Um dos princípios científicos mais básicos para resolução de qualquer problema é identificarmos, antes de mais nada, a causa raiz e não apenas a consequência.  Sabemos que são muitas as causas no Brasil, contudo, existem três que andam juntas e formam uma espécie de “Tríade”, a qual precisará ser resolvida para alcançarmos um novo padrão de desenvolvimento:
  • A cultura brasileira do imediatismo
  • O péssimo hábito de escolher mal
  • O baixo desenvolvimento da liderança

 

Vamos refletir sobre os três fatores?
 A cultura brasileira do imediatismo
Somos um povo imediatista. O site Brasil Econômico apresenta uma pesquisa intitulada “Oito em cada dez brasileiros não sabem controlar gastos”, mostrando que 71% apresenta conhecimento parcial de suas finanças. Um outro estudo do Serviço de Proteção ao Crédito – SPC impressiona ao afirmar que o brasileiro usa empréstimos para comprar mercadorias não consideradas itens de necessidade, como roupas, sapatos e eletrônicos e, em muitos casos, o dinheiro é destinado para comprar itens baratos, que poderiam ser pagos à vista. A pesquisa reforça ainda a cultura do descontrole e do imediatismo, mostrando que 36% dos entrevistados adquirem produtos mesmo não tendo condições e que 30% reconhecem ter comprado, nos últimos três meses, algum bem excedendo o seu limite financeiro.
Esse é apenas um exemplo de como somos imediatistas, priorizando o rápido prazer em detrimento de planejar a prosperidade. O investimento na carreira profissional, por exemplo, deveria ser um dos principais destinos desses empréstimos.
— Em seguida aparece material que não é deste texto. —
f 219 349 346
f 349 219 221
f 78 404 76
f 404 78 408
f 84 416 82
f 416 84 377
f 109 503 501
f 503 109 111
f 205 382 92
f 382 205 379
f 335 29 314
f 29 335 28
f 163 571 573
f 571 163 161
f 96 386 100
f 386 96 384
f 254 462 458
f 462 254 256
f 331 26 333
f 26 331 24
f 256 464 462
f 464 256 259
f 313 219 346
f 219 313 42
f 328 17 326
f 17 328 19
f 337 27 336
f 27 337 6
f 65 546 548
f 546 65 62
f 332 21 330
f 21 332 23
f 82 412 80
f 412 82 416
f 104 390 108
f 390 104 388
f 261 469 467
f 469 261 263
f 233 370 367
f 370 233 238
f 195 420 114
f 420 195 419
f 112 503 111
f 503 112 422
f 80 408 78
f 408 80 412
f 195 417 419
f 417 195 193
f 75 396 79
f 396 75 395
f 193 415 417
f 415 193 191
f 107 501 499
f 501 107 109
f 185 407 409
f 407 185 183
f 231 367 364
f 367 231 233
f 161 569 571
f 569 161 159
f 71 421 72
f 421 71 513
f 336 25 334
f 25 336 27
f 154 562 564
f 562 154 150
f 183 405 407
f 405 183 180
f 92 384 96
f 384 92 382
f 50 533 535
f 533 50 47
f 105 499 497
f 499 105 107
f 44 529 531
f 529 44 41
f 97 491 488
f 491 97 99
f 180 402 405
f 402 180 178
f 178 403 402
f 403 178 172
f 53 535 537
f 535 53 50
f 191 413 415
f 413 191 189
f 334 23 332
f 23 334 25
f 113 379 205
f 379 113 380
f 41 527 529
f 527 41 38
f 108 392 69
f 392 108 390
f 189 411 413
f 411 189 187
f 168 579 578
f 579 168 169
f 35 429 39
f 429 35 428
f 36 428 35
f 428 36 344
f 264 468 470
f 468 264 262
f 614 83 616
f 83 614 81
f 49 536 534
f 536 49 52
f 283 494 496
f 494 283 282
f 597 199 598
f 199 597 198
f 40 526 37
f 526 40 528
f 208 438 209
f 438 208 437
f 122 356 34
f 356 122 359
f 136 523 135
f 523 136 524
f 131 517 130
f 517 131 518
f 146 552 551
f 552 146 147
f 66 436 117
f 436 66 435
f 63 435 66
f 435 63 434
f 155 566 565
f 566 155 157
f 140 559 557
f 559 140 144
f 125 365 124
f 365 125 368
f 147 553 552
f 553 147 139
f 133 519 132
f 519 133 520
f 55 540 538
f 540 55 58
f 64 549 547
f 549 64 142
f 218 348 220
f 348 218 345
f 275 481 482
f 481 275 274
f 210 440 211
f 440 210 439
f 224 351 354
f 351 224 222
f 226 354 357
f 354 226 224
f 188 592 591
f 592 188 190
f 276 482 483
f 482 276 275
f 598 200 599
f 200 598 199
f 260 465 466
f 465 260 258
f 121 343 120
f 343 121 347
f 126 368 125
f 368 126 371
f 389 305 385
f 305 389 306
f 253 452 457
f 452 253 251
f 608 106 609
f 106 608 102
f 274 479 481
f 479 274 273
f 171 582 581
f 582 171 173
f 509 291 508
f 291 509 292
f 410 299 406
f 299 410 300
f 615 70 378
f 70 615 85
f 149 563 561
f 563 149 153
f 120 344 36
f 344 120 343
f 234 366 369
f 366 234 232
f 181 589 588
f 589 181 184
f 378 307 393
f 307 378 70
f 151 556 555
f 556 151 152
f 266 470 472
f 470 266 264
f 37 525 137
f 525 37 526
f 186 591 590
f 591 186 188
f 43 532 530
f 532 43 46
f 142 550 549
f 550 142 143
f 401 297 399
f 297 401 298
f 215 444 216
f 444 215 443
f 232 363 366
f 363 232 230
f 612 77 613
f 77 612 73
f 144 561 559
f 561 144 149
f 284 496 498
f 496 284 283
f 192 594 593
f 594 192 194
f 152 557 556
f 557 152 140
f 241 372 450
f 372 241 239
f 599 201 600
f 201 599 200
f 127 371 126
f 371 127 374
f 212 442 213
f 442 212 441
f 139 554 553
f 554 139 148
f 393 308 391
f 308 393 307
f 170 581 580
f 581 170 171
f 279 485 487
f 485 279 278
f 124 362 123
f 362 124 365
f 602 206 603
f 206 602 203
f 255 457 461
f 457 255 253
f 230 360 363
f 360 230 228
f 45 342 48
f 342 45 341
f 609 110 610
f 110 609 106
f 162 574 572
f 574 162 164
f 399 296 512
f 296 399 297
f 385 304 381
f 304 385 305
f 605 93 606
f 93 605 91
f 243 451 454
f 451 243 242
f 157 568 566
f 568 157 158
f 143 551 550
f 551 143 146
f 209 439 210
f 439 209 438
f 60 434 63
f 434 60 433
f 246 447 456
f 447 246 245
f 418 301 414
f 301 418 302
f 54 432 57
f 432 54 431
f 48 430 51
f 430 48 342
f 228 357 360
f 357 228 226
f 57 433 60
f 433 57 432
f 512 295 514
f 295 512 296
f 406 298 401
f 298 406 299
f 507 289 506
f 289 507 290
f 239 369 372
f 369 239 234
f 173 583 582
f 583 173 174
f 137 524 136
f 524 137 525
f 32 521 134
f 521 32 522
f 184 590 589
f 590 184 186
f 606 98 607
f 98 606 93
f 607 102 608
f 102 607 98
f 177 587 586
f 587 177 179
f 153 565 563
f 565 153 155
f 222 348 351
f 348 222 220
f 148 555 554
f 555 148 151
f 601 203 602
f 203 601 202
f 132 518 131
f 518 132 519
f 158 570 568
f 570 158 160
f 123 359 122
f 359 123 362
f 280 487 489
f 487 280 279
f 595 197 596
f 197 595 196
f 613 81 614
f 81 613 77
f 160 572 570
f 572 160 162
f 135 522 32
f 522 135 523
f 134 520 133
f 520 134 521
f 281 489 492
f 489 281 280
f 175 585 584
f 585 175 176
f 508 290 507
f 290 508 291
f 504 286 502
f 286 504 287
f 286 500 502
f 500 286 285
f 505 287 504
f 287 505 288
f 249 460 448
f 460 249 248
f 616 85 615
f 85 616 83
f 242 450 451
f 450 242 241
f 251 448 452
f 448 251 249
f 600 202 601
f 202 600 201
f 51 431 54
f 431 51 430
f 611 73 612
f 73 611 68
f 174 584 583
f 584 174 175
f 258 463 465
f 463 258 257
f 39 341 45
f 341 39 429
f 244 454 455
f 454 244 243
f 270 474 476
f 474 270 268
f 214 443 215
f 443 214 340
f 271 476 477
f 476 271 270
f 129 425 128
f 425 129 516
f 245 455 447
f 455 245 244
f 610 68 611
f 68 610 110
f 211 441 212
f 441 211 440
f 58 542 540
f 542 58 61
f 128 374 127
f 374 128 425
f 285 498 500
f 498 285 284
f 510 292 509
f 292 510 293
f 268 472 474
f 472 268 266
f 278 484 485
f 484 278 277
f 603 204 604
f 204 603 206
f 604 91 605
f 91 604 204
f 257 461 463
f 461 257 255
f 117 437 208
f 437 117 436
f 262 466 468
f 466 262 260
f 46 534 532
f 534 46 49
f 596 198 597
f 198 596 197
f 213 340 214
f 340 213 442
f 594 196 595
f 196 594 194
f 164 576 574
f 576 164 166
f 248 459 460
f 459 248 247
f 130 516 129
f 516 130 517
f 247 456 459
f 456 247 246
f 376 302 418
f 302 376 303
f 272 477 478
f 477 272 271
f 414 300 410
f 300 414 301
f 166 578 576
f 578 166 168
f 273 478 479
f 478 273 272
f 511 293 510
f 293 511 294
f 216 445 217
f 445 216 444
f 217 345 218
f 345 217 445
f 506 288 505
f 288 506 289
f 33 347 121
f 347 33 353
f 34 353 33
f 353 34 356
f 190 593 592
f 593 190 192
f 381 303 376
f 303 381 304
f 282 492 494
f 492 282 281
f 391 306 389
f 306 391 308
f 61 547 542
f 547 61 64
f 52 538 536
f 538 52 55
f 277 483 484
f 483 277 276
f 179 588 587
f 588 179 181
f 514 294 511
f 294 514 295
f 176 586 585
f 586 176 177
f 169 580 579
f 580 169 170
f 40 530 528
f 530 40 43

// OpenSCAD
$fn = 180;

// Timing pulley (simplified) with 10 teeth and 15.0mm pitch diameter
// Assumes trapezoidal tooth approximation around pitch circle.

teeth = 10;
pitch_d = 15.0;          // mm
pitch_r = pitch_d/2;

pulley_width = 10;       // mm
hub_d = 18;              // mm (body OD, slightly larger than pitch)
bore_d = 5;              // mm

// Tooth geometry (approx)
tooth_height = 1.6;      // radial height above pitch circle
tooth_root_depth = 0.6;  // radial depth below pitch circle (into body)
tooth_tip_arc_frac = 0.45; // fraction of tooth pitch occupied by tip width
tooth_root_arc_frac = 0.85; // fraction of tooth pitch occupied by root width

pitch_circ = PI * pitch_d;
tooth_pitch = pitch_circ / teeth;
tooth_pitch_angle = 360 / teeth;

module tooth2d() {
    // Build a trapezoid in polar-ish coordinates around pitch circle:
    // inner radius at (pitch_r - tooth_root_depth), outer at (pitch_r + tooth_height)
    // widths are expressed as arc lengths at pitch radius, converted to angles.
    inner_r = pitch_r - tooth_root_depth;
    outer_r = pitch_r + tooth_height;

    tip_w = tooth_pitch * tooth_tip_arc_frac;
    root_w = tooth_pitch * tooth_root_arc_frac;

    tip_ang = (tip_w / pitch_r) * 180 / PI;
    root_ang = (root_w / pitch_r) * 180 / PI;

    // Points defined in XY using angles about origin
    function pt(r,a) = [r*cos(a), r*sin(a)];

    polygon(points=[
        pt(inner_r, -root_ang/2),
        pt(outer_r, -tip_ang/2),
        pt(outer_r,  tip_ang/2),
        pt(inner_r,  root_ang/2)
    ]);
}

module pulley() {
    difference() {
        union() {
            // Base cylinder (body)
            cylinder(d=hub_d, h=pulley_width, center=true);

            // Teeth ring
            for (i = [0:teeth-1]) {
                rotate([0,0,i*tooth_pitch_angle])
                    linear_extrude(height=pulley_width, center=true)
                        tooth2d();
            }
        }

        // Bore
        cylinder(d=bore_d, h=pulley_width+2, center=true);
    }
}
O péssimo hábito de escolher mal
O que é viver se não tomar decisões a cada minuto? Decidimos o que vamos comer no café da manhã, o trajeto para o trabalho, com quem iremos conversar, a qualidade do que iremos produzir, o cardápio do almoço, que programa assistiremos na TV e mais dezenas de pequenas ou grandes situações durante nosso dia. O ser humano veio equipado com a capacidade de escolha, analisando a situação presente e riscos futuros, tornando-nos diferentes em relação aos demais seres do nosso planeta. O problema é que não utilizamos bem toda essa capacidade.
Então escolher mal significa viver mal, pois na medida em que as piores escolhas são tomadas as consequências para o futuro são inevitáveis. O que leva então o brasileiro a se comprometer com escolhas ligadas ao prazer, como por exemplo, decidir entre ir ao cinema ou a um show e a não se envolver tanto em escolher com qualidade quem merecerá o seu voto?
Esse fato está intimamente ligado à tradição do brasileiro de tomar decisões mais baseadas na intuição do que na razão, o que leva as pessoas a não usarem critérios, fatos e dados para decidir o seu futuro. Somos uma nação que prioriza o lado direito do cérebro (lúdico e intuitivo) ao invés do lado esquerdo (analítico e técnico) na hora das escolhas que moldam o nosso futuro, levando as pessoas a se comprometerem menos com os resultados.
Sempre lembro aos executivos durante minhas sessões de Coaching que as melhores decisões são tomadas, utilizando-se, de forma equilibrada, os dois hemisférios cerebrais.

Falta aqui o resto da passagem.